皇帝の場合
何としても生き残らなければならない。この国にとって、私はすべてなのだ。
故郷を離れて、見殺しにして、私はこの町まで来た。この辺りは昔から病が流行するまでに暫く時間差がある。伝播して暫くすれば、故郷の町に戻ることができる。私はベッドから起き上がり、窓の外を見た。実に美しい陽の光が、ゆっくりと天へ登っていこうとしていた。

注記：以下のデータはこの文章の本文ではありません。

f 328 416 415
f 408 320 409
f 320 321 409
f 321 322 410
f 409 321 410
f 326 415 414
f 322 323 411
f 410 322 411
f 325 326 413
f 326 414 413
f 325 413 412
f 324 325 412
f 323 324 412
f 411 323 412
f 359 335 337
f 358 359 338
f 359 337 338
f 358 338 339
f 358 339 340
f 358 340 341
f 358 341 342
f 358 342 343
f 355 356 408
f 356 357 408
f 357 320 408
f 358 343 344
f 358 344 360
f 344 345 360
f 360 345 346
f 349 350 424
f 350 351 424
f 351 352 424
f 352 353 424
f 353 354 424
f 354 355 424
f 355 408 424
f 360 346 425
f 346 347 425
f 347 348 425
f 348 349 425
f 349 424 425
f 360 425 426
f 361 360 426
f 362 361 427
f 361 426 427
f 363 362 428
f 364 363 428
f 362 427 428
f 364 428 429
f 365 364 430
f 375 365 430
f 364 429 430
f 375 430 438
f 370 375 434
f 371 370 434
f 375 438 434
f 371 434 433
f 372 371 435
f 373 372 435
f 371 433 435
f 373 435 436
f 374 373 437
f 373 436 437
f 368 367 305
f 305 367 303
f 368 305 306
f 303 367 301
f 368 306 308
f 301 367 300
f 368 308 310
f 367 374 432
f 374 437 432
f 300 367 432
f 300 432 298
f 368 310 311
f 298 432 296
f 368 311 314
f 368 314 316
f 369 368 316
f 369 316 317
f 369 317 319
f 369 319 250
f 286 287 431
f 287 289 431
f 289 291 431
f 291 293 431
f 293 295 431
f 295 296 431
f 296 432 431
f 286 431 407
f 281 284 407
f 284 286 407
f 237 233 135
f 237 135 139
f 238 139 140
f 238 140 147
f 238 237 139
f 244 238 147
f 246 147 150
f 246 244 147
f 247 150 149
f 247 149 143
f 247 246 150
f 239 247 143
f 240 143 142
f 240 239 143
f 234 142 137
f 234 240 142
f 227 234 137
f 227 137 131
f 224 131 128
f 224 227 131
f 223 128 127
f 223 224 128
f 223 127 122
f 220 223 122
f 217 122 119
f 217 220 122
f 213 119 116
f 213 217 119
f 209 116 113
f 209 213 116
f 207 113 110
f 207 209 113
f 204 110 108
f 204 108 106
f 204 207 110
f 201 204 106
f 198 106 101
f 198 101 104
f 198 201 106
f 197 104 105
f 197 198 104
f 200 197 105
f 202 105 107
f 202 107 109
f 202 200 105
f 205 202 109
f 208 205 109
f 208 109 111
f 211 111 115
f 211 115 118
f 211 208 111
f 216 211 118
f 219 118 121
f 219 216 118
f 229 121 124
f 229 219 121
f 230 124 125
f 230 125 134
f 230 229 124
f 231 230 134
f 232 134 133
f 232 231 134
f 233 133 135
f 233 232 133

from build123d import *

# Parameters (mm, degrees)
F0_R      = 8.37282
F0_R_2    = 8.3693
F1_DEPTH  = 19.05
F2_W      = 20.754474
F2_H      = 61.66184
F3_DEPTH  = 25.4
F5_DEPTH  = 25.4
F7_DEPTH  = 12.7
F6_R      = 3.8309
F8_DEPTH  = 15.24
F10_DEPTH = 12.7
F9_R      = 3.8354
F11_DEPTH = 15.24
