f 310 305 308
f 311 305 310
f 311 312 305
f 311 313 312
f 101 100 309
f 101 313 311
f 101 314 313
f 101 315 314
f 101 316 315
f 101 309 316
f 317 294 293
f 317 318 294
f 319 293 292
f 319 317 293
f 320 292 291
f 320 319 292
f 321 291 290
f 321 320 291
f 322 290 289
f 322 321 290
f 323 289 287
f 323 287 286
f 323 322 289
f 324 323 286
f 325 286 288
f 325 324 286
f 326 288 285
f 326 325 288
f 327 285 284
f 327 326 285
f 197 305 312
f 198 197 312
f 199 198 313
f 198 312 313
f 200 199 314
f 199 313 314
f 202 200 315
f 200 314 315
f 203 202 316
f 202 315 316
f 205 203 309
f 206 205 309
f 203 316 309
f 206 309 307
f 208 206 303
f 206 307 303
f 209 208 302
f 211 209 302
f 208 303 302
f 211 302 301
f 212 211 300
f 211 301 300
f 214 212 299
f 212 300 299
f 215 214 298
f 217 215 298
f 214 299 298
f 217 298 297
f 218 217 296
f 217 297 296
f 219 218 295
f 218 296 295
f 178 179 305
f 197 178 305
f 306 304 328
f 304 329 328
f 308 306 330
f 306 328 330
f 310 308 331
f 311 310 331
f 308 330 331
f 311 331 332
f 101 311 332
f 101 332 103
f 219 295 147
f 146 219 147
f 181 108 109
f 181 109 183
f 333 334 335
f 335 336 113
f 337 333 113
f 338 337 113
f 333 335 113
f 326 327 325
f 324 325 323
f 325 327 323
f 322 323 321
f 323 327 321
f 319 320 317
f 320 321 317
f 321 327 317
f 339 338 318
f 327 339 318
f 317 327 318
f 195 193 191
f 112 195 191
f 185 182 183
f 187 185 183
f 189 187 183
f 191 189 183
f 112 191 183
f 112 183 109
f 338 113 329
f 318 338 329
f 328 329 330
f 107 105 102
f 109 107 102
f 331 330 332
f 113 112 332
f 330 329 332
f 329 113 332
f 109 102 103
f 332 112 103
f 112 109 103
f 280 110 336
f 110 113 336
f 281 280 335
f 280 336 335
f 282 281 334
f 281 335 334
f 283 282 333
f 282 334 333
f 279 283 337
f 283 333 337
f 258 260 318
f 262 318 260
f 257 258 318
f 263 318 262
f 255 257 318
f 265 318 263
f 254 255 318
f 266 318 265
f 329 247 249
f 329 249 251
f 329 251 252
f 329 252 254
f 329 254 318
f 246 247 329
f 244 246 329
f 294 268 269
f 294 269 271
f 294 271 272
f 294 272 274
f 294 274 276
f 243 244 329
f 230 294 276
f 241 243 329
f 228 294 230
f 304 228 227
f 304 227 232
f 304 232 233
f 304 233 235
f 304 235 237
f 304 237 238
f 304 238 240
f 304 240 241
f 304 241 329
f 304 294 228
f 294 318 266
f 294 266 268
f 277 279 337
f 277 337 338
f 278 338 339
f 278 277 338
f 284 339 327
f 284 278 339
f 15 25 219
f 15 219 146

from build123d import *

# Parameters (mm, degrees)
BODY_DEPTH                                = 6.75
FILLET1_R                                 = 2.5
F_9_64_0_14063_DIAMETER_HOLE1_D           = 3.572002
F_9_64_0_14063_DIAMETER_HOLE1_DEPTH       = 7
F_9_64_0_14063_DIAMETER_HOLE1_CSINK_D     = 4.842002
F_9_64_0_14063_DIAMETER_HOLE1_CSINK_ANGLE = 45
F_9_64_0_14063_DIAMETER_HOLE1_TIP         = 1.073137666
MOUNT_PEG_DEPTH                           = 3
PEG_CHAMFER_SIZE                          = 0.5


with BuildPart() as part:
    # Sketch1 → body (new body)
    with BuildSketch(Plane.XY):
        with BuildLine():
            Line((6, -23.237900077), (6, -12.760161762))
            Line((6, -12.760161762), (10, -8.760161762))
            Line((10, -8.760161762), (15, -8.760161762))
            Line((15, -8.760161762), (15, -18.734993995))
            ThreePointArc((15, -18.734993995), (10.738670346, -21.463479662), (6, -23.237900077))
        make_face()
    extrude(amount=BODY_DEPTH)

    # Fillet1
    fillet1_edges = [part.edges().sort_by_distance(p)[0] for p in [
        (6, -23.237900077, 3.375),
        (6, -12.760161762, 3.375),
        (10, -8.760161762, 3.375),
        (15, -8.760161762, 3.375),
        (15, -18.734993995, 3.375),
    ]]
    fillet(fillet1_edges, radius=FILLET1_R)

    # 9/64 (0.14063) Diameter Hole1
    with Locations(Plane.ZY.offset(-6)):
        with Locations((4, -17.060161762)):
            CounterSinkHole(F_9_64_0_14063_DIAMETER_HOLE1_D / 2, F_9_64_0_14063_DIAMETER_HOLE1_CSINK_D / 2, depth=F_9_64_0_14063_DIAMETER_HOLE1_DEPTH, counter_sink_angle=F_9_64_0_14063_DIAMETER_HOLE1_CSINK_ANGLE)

下人が私の様子を見に来た。私は彼の助けを受けて支度をすませると、食堂へと向かった。静かな食堂の厳しい寒さに耐えながら、私は防寒用の膝掛けをかけた。 広い食堂の高い天井には、天使や聖母などの豪華で高貴な絵画がちりばめられている。どの絵も見事なもので、ここが外の世界とは別世界であることを約束している。食事の用意が済んで暫くは、私はその絵に魅せられていた。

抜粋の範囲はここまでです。